Ummm was it all magic and fairy tales? No. It was the worst imaginable pain and there were plenty of times I told Tim that I couldn't do it. But I got through, we all did. There are really two moments that I'll never forget during the time of pushing. The first was turning to Tim and saying that I couldn't do it. I couldn't go on. My midwife said, "Ashley, I want you to reach down and feel her head." Once I did that, there was nothing I couldn't do. A serious bonfire was lit under me and I gave it everything I had and everything I didn't have to get her here. The second was once the majority of Cambria was delivered, my midwife asked me to reach down and pull her up to my chest. It was an unreal moment. I was witnessing and experiencing life from my own body being brought to my heart. It was a breathtaking moment.
So, for anyone considering a water birth, I can't help but give my wholehearted approval and recommendation. It was fantastic. The warmth relaxed me, the water allowed me to just focus on my breathing and nothing else. I would absolutely do it again.
Now, there are a few things I'd like to get off my chest about labor and delivery. I was never told about the after pain. I expected that once the placenta delivered I'd be in my blissful state of my baby is here and life is good and now I can rest.
Ummm no. I remained in a significant amount of pain afterwards. Thankfully there was no tearing (due largely in-part to the water keeping me relaxed), but there was still plenty of pain. No one told me about this. The pain continued on, with contractions included, for several hours afterwards. Since I was all-natural, I think they assumed I was part-hippie, which meant I didn't want any big-time drugs. I finally all but took the collar of my nurse and said ibuprofen ain't gonna cut it sweetheart. Give me the narcotics. :) That, at least, took off the edge.
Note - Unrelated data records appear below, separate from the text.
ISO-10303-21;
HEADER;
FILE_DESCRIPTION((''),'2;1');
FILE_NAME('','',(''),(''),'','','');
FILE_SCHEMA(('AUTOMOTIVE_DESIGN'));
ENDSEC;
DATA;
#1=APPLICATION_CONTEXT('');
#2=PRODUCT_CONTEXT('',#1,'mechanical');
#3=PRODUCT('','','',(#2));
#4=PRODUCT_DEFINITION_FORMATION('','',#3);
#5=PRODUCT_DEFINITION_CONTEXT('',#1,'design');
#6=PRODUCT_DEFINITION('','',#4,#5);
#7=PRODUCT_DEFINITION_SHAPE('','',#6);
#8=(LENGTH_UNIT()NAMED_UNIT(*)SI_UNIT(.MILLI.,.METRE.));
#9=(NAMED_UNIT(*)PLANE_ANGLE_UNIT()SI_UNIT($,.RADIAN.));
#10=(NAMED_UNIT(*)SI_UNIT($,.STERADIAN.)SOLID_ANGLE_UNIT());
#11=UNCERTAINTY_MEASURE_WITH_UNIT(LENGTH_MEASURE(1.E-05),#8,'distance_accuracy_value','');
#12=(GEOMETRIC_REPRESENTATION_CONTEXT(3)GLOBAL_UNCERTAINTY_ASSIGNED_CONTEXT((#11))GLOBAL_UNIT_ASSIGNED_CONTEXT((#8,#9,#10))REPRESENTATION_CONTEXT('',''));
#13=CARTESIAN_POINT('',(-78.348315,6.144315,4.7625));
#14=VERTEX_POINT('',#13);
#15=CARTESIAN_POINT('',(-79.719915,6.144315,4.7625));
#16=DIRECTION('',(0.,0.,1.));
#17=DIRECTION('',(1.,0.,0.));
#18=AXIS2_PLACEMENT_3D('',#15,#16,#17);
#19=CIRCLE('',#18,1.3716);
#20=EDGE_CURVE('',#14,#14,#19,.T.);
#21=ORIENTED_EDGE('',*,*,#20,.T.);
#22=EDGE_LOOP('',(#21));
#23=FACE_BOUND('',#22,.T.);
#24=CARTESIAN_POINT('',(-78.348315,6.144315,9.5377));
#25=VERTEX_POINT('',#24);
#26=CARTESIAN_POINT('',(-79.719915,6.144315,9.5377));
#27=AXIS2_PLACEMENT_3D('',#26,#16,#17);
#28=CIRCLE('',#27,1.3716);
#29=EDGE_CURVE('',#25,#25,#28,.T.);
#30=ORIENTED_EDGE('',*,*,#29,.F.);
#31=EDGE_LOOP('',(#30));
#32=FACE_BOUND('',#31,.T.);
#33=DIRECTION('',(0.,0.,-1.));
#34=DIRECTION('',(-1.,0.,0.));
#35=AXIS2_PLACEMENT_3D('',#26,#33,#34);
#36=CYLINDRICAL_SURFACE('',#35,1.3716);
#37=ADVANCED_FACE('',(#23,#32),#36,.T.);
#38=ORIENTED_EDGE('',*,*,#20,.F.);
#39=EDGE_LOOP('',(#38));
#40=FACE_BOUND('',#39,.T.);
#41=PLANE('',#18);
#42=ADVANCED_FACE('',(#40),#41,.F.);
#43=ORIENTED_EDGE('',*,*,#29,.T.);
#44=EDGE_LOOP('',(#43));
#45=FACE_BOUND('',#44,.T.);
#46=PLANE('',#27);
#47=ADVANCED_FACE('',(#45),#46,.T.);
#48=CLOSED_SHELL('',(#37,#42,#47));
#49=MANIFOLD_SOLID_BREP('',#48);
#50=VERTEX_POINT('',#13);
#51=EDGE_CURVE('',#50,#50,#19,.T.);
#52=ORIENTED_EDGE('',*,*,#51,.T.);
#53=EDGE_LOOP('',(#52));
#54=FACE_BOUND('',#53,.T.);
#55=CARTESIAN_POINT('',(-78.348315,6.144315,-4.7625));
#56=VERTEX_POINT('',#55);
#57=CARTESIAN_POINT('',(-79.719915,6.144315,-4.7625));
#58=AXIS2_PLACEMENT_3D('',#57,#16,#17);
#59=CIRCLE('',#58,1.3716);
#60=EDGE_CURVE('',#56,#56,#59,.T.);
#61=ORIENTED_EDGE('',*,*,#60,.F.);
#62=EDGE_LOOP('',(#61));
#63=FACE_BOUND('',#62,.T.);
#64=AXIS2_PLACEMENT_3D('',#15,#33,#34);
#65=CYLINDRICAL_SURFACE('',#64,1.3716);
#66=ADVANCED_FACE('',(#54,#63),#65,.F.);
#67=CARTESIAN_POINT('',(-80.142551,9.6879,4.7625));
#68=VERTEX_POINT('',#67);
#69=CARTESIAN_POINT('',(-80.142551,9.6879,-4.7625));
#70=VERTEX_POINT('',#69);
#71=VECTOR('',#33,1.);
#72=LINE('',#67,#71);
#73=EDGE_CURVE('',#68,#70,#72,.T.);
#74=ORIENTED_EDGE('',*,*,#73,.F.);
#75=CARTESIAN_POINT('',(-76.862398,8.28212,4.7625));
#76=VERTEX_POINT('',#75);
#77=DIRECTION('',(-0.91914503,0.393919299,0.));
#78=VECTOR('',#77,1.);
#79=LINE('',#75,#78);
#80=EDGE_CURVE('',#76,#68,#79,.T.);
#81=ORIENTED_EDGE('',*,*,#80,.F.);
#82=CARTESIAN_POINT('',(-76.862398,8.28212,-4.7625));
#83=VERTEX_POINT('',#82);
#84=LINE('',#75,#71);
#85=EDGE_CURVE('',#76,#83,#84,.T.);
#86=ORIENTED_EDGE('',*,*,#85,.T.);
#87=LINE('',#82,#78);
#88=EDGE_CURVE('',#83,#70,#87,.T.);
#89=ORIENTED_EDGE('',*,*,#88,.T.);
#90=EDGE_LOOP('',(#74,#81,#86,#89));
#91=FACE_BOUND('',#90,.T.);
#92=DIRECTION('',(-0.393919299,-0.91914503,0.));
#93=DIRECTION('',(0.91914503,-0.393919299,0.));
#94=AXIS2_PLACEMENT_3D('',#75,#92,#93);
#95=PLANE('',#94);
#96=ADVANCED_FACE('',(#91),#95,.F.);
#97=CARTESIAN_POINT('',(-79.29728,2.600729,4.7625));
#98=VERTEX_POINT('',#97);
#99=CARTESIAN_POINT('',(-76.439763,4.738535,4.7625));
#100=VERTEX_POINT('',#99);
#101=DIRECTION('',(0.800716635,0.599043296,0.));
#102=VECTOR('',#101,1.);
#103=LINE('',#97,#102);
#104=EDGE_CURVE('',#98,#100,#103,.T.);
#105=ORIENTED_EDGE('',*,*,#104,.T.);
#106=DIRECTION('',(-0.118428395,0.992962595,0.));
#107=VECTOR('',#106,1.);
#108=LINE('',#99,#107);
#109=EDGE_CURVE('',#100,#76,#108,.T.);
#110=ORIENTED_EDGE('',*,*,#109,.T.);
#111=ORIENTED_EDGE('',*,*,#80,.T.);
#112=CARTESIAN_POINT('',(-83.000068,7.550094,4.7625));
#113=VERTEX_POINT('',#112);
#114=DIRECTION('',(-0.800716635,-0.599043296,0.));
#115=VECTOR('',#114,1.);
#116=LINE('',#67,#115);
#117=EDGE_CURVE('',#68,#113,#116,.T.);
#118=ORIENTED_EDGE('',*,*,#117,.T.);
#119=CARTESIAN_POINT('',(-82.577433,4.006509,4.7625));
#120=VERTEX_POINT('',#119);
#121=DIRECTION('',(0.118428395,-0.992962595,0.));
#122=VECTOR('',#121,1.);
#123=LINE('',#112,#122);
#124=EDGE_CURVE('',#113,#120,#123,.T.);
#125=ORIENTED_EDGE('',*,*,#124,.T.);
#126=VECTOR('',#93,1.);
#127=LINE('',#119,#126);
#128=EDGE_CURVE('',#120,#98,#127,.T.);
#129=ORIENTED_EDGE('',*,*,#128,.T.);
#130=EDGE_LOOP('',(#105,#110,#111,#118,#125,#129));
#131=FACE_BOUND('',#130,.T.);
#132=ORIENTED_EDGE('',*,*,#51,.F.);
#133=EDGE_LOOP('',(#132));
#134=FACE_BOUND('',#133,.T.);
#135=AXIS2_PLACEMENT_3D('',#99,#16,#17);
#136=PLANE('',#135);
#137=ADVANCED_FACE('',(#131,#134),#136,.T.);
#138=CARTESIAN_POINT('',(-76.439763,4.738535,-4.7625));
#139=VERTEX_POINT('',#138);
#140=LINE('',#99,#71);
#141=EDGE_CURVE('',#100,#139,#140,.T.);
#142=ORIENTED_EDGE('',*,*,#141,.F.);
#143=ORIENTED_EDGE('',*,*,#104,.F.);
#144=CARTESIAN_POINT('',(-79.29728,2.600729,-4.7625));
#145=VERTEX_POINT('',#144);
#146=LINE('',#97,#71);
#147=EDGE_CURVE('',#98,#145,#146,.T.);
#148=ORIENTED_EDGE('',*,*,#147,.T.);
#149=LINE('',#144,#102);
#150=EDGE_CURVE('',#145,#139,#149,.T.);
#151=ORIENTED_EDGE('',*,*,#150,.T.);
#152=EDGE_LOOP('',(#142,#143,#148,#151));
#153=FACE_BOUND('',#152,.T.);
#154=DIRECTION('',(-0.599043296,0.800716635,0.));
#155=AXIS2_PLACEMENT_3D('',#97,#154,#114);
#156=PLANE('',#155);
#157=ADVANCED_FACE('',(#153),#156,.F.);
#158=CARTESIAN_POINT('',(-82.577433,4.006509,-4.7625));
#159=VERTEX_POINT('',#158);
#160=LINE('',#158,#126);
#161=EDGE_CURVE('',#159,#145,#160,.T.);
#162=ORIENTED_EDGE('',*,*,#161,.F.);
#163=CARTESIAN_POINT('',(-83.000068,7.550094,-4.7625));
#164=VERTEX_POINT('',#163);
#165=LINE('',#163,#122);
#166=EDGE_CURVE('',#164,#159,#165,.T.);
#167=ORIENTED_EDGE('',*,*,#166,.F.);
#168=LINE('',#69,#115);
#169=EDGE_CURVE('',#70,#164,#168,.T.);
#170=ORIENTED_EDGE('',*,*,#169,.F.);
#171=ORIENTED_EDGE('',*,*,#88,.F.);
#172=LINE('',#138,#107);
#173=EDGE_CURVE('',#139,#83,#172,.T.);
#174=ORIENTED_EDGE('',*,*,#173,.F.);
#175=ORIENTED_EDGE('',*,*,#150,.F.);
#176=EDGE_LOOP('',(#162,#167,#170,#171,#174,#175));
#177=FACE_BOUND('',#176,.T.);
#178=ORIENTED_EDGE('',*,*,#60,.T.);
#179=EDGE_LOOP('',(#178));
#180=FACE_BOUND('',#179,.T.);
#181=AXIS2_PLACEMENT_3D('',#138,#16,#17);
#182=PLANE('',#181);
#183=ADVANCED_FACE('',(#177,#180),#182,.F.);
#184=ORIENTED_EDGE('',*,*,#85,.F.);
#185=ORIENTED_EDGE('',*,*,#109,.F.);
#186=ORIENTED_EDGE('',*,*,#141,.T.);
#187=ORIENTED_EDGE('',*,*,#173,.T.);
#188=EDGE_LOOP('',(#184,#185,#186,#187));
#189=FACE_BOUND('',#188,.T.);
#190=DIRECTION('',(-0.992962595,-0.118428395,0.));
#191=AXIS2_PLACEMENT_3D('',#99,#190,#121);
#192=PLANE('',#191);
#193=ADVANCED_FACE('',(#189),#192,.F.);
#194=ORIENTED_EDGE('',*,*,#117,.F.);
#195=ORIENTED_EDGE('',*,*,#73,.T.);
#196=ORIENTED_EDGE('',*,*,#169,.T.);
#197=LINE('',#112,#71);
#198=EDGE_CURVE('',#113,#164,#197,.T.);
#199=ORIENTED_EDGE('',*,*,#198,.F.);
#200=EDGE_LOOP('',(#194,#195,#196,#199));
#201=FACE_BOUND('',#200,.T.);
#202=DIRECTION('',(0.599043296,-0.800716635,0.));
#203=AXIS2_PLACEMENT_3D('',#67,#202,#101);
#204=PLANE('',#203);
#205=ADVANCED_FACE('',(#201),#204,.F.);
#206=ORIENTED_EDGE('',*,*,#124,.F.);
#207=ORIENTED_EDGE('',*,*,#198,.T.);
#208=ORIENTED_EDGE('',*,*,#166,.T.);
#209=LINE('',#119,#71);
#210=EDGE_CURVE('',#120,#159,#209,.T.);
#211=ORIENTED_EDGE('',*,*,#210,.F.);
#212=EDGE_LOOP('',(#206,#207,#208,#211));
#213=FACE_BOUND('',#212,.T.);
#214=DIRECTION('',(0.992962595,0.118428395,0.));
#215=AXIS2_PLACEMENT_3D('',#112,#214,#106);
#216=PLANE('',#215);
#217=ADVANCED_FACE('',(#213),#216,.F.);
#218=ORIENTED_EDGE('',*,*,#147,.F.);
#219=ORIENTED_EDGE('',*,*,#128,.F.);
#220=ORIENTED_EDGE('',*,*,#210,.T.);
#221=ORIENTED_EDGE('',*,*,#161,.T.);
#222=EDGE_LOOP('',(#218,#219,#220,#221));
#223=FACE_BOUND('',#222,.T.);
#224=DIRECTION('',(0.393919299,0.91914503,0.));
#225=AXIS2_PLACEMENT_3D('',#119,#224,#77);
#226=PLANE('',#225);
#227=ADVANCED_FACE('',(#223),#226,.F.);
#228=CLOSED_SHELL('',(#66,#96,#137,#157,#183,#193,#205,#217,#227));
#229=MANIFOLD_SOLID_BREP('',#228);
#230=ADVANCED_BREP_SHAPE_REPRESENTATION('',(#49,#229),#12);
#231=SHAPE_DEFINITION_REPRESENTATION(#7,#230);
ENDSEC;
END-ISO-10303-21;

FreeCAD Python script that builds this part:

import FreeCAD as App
import Part
import Sketcher

V = App.Vector
Q = App.Units.Quantity

doc = App.newDocument("Part")
body = doc.addObject("PartDesign::Body", "Body")

# Sketch on XY plane
sketch1 = body.newObject("Sketcher::SketchObject", "Sketch")
sketch1.AttachmentSupport = (doc.getObject("XY_Plane"), [""])
sketch1.MapMode = "FlatFace"
sketch1.addGeometry([
    Part.LineSegment(V(-76.439763, 4.738535, 0), V(-76.862398, 8.28212, 0)),  # 0
    Part.LineSegment(V(-76.862398, 8.28212, 0), V(-80.142551, 9.6879, 0)),  # 1
    Part.LineSegment(V(-80.142551, 9.6879, 0), V(-83.000068, 7.550094, 0)),  # 2
    Part.LineSegment(V(-83.000068, 7.550094, 0), V(-82.577433, 4.006509, 0)),  # 3
    Part.LineSegment(V(-82.577433, 4.006509, 0), V(-79.29728, 2.600729, 0)),  # 4
    Part.LineSegment(V(-79.29728, 2.600729, 0), V(-76.439763, 4.738535, 0)),  # 5
    Part.Circle(V(-79.719915, 6.144315, 0), V(0, 0, 1), 1.3716),  # 6
], False)
sketch1.addConstraint([
    Sketcher.Constraint("Coincident", 0, 2, 1, 1),
    Sketcher.Constraint("Coincident", 1, 2, 2, 1),
    Sketcher.Constraint("Coincident", 2, 2, 3, 1),
    Sketcher.Constraint("Coincident", 3, 2, 4, 1),
    Sketcher.Constraint("Coincident", 4, 2, 5, 1),
    Sketcher.Constraint("Coincident", 5, 2, 0, 1),
    Sketcher.Constraint("Parallel", 0, 3),
    Sketcher.Constraint("Parallel", 1, 4),
    Sketcher.Constraint("Parallel", 2, 5),
    Sketcher.Constraint("Equal", 0, 1),
    Sketcher.Constraint("Equal", 1, 2),
    Sketcher.Constraint("Equal", 2, 3),
    Sketcher.Constraint("Diameter", 6, Q("0.108 in")),
    Sketcher.Constraint("Distance", 0, Q("0.1405 in")),
    Sketcher.Constraint("DistanceX", 0, 2, -1, 1, Q("76.862398 mm")),
    Sketcher.Constraint("DistanceY", -1, 1, 1, 2, Q("9.6879 mm")),
    Sketcher.Constraint("DistanceY", -1, 1, 0, 2, Q("8.28212 mm")),
    Sketcher.Constraint("DistanceX", 2, 2, -1, 1, Q("83.000068 mm")),
    Sketcher.Constraint("DistanceY", -1, 1, 3, 2, Q("4.006509 mm")),
    Sketcher.Constraint("DistanceY", 6, 3, 2, 2, Q("1.40578 mm")),
    Sketcher.Constraint("DistanceX", 6, 3, -1, 1, Q("79.719915 mm")),
])
pad1 = body.newObject("PartDesign::Pad", "Pad")
pad1.Profile = sketch1
pad1.Length = Q("0.375 in")
pad1.Midplane = True
body2 = doc.addObject("PartDesign::Body", "Body001")

# Sketch on XY plane
sketch2 = body2.newObject("Sketcher::SketchObject", "Sketch001")
sketch2.AttachmentSupport = (doc.getObject("XY_Plane001"), [""])
sketch2.MapMode = "FlatFace"
sketch2.AttachmentOffset = App.Placement(V(0, 0, 0.1875 * 25.4), App.Rotation())
sketch2.addGeometry(Part.Circle(V(-79.719915, 6.144315, 0), V(0, 0, 1), 1.3716), False)
sketch2.addConstraint([
    Sketcher.Constraint("Diameter", 0, Q("0.108 in")),
    Sketcher.Constraint("DistanceX", 0, 3, -1, 1, Q("79.719915 mm")),
    Sketcher.Constraint("DistanceY", -1, 1, 0, 3, Q("6.144315 mm")),
])
pad2 = body2.newObject("PartDesign::Pad", "Pad001")
pad2.Profile = sketch2
pad2.Length = Q("0.188 in")

doc.recompute()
I'd also like to point out that breastfeeding is very difficult and anybody who tells you it shouldn't hurt or won't hurt is wrong. It hurts, so just accept it. However, there is magical product that has spared me endless amounts of pain... it's called a nipple shield. Probably a little TMI for you all, but trust me ladies... it's a God-send.
Well, all I can say to wrap this up is... I am in love with my little Cambria. She is my little sweet pea and I just adore her. Having two beautiful daughters that I adore and love so much is just the most tremendous blessing I could have asked for. I'm so thankful for my family and all that God has blessed us with in just 9 short months. Zero to two. What an amazing thing.
It's a miracle I was able to write this blog in one sitting! Lamaya is hanging with grandpa and Cambria is zonked next to me. Time to feed everybody, so I better go! Thanks for following our journey. Now onto blogging about straight-up mommyhood. Oh me, oh my. The next leg of this journey is sure to be a doozie!